Exercise: Exactly the lines from the opening of the data through the line containing "A parametric FreeCAD" should be reproduced, please, with nothing added.

===== Records for the task

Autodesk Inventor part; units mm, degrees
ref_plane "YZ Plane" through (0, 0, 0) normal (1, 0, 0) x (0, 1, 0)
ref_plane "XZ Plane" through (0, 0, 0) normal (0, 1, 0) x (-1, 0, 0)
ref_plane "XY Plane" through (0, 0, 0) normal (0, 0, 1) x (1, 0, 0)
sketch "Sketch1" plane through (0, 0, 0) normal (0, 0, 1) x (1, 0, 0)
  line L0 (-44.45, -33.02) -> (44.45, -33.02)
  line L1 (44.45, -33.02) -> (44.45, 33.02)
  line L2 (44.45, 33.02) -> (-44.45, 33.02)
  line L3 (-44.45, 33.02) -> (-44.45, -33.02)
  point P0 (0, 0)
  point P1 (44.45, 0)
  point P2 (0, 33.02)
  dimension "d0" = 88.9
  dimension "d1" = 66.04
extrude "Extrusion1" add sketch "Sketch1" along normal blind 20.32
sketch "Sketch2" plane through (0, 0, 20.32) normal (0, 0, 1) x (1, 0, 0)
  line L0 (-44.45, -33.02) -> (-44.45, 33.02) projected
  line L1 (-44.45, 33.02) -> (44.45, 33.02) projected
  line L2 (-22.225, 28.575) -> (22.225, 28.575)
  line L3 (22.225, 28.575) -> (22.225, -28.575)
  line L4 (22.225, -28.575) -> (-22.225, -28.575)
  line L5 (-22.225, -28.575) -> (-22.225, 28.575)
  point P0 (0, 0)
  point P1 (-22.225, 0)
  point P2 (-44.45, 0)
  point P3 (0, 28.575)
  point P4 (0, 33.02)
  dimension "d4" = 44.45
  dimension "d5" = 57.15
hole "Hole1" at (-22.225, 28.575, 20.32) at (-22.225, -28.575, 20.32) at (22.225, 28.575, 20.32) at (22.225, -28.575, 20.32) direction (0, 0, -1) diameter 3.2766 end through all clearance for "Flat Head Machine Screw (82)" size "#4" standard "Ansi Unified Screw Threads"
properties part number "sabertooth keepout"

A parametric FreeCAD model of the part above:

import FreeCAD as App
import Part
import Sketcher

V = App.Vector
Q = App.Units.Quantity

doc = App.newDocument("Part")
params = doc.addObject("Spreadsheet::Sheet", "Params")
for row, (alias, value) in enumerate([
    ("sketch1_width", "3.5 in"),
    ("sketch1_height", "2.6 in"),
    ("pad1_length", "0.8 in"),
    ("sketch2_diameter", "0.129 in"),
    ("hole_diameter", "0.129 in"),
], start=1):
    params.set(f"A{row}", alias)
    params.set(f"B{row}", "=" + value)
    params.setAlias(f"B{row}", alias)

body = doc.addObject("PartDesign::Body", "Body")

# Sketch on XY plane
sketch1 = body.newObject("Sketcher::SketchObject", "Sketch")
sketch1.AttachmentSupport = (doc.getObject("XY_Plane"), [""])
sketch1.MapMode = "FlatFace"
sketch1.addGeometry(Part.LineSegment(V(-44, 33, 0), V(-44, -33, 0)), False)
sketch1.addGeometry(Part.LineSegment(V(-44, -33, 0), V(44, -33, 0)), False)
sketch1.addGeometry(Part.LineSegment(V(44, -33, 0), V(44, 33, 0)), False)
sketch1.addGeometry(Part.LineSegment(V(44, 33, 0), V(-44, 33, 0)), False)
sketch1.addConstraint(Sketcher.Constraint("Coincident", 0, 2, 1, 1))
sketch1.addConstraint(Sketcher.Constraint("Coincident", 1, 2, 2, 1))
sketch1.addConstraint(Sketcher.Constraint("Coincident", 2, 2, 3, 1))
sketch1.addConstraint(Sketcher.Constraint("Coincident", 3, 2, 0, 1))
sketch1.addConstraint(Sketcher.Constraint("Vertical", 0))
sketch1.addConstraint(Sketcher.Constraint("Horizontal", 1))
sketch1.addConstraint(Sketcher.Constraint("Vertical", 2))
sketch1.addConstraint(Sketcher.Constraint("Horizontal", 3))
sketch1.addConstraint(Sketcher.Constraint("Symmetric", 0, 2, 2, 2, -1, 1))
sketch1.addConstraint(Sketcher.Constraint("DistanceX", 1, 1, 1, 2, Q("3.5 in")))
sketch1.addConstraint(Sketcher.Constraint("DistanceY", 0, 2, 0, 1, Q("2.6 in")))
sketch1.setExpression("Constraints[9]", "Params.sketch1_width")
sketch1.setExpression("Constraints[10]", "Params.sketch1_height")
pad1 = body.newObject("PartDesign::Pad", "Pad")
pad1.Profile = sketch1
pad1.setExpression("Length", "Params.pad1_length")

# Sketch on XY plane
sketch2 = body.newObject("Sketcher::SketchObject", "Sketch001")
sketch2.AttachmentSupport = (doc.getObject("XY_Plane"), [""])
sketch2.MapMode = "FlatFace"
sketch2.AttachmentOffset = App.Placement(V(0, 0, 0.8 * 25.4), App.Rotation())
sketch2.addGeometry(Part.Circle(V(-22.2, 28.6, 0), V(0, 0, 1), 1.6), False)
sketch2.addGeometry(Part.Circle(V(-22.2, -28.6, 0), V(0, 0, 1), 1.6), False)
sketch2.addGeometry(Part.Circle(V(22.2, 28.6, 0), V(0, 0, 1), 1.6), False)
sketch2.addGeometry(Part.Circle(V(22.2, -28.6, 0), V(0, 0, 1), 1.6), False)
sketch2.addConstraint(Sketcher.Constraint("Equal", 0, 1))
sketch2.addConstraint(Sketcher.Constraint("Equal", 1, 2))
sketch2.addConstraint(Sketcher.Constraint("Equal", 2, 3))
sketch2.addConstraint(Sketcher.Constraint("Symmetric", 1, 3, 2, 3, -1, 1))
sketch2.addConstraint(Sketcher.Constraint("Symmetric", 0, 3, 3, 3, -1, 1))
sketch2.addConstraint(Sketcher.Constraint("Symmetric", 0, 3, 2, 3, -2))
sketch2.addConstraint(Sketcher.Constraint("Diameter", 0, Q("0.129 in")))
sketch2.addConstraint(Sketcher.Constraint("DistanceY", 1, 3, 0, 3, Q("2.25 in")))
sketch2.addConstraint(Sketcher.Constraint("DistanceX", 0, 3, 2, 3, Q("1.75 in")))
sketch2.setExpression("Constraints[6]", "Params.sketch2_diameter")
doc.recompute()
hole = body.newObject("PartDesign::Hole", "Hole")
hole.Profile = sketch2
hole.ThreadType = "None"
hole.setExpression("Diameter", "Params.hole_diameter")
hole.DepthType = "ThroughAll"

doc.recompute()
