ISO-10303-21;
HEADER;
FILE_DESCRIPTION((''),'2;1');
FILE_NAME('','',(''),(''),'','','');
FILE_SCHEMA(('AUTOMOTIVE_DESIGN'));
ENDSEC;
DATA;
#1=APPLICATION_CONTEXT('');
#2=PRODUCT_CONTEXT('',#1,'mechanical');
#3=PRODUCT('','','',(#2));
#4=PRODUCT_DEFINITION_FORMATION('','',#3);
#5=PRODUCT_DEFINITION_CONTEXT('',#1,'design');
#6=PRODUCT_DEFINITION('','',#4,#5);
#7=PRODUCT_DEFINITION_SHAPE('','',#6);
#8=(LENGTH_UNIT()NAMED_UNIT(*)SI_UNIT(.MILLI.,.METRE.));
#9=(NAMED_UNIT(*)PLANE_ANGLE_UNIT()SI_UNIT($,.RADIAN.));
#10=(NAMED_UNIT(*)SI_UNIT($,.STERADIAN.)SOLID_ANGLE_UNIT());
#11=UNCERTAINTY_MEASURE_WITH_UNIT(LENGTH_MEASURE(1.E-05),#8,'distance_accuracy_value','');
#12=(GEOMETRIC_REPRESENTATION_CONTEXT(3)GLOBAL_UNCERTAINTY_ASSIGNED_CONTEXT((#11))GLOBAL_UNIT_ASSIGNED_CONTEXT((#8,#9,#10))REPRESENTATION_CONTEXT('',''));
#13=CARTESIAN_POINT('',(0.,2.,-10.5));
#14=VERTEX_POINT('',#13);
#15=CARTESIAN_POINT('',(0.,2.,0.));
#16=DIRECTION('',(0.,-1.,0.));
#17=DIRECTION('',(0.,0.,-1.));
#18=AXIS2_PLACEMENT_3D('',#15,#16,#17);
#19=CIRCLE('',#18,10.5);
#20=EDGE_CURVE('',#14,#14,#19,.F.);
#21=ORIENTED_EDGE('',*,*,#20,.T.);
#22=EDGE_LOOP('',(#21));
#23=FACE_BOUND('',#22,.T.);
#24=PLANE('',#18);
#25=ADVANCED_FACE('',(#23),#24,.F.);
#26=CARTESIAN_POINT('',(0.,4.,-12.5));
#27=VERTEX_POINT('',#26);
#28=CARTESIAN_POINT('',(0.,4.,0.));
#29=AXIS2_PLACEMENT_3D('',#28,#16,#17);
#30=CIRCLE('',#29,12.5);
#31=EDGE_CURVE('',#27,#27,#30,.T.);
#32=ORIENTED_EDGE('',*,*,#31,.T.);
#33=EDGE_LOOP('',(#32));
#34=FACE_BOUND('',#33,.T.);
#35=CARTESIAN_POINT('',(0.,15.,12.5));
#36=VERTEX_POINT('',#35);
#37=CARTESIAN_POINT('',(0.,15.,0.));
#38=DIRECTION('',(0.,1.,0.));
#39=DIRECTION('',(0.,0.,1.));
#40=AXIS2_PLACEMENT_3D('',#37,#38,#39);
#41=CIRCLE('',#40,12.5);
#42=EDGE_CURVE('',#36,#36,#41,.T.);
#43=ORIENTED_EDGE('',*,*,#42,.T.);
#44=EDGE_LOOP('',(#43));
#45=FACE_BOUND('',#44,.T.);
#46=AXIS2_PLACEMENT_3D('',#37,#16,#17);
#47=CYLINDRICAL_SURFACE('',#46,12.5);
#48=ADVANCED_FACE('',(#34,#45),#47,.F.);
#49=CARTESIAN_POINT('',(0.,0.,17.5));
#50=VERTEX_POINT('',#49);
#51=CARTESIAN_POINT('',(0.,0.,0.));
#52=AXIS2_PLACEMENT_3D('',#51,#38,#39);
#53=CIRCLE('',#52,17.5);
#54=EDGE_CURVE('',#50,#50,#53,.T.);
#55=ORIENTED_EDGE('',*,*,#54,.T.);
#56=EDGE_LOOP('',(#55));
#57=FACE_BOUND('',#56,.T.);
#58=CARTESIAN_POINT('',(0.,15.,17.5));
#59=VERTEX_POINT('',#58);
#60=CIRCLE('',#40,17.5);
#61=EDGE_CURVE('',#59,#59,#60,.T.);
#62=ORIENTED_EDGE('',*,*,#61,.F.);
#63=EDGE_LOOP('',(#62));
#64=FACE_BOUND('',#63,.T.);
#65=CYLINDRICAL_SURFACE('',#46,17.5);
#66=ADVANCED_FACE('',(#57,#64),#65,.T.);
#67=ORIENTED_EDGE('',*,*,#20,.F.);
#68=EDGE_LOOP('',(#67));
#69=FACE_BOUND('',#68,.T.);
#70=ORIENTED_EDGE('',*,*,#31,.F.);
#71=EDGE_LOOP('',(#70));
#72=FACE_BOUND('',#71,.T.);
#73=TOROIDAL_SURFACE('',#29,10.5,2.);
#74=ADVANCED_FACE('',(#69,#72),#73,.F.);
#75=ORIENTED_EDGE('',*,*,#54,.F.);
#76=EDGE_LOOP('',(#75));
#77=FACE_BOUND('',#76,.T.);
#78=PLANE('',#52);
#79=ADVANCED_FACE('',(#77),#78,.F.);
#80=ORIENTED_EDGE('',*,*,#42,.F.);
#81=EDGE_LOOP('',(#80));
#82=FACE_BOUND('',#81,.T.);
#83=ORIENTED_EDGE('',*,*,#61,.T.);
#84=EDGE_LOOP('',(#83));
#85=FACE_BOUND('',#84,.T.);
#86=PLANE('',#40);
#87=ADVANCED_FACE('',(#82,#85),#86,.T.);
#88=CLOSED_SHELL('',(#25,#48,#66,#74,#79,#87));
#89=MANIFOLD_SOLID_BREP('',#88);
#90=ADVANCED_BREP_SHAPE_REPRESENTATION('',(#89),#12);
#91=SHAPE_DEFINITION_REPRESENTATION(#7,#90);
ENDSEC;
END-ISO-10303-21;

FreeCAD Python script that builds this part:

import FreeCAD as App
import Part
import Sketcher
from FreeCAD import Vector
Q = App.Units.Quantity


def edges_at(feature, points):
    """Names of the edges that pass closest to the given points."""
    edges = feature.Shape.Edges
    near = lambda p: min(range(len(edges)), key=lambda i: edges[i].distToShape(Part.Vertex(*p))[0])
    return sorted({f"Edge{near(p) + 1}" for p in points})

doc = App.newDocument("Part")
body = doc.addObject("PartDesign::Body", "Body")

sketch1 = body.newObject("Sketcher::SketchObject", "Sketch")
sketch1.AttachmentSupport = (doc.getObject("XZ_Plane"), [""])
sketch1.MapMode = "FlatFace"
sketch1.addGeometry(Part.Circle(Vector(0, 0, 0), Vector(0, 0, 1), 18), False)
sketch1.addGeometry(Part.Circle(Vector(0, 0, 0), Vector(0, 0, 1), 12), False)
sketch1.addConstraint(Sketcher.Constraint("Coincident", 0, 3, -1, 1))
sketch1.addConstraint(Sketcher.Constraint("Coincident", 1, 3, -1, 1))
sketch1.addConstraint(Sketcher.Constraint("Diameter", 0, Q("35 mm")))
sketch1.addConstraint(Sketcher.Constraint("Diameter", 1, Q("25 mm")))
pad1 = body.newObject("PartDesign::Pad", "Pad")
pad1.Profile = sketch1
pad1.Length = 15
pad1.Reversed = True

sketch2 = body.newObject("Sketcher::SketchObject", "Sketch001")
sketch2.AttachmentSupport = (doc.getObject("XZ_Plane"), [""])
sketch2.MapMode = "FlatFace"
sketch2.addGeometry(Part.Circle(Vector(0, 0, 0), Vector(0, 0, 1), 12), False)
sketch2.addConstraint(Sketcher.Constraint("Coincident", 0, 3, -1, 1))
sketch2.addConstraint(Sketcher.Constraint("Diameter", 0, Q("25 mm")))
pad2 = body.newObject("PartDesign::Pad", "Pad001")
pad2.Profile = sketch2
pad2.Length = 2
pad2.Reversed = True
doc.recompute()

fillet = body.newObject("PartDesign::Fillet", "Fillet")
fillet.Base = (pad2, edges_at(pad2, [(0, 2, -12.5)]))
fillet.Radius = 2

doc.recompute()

==========

The answer:
Autodesk Inventor part; units mm, degrees
ref_plane "YZ Plane" through (0, 0, 0) normal (1, 0, 0) x (0, 1, 0)
ref_plane "XZ Plane" through (0, 0, 0) normal (0, 1, 0) x (-1, 0, 0)
ref_plane "XY Plane" through (0, 0, 0) normal (0, 0, 1) x (1, 0, 0)
sketch "Sketch1" plane through (0, 0, 0) normal (0, 0, 1) x (1, 0, 0)
  line L0 (-44.45, -33.02) -> (44.45, -33.02)
  line L1 (44.45, -33.02) -> (44.45, 33.02)
  line L2 (44.45, 33.02) -> (-44.45, 33.02)
  line L3 (-44.45, 33.02) -> (-44.45, -33.02)
  point P0 (0, 0)
  point P1 (44.45, 0)
  point P2 (0, 33.02)
  dimension "d0" = 88.9
  dimension "d1" = 66.04
extrude "Extrusion1" add sketch "Sketch1" along normal blind 20.32
sketch "Sketch2" plane through (0, 0, 20.32) normal (0, 0, 1) x (1, 0, 0)
  line L0 (-44.45, -33.02) -> (-44.45, 33.02) projected
  line L1 (-44.45, 33.02) -> (44.45, 33.02) projected
  line L2 (-22.225, 28.575) -> (22.225, 28.575)
  line L3 (22.225, 28.575) -> (22.225, -28.575)
  line L4 (22.225, -28.575) -> (-22.225, -28.575)
  line L5 (-22.225, -28.575) -> (-22.225, 28.575)
  point P0 (0, 0)
  point P1 (-22.225, 0)
  point P2 (-44.45, 0)
  point P3 (0, 28.575)
  point P4 (0, 33.02)
  dimension "d4" = 44.45
  dimension "d5" = 57.15
hole "Hole1" at (-22.225, 28.575, 20.32) at (-22.225, -28.575, 20.32) at (22.225, 28.575, 20.32) at (22.225, -28.575, 20.32) direction (0, 0, -1) diameter 3.2766 end through all clearance for "Flat Head Machine Screw (82)" size "#4" standard "Ansi Unified Screw Threads"
properties part number "sabertooth keepout"

A parametric FreeCAD model of the part above:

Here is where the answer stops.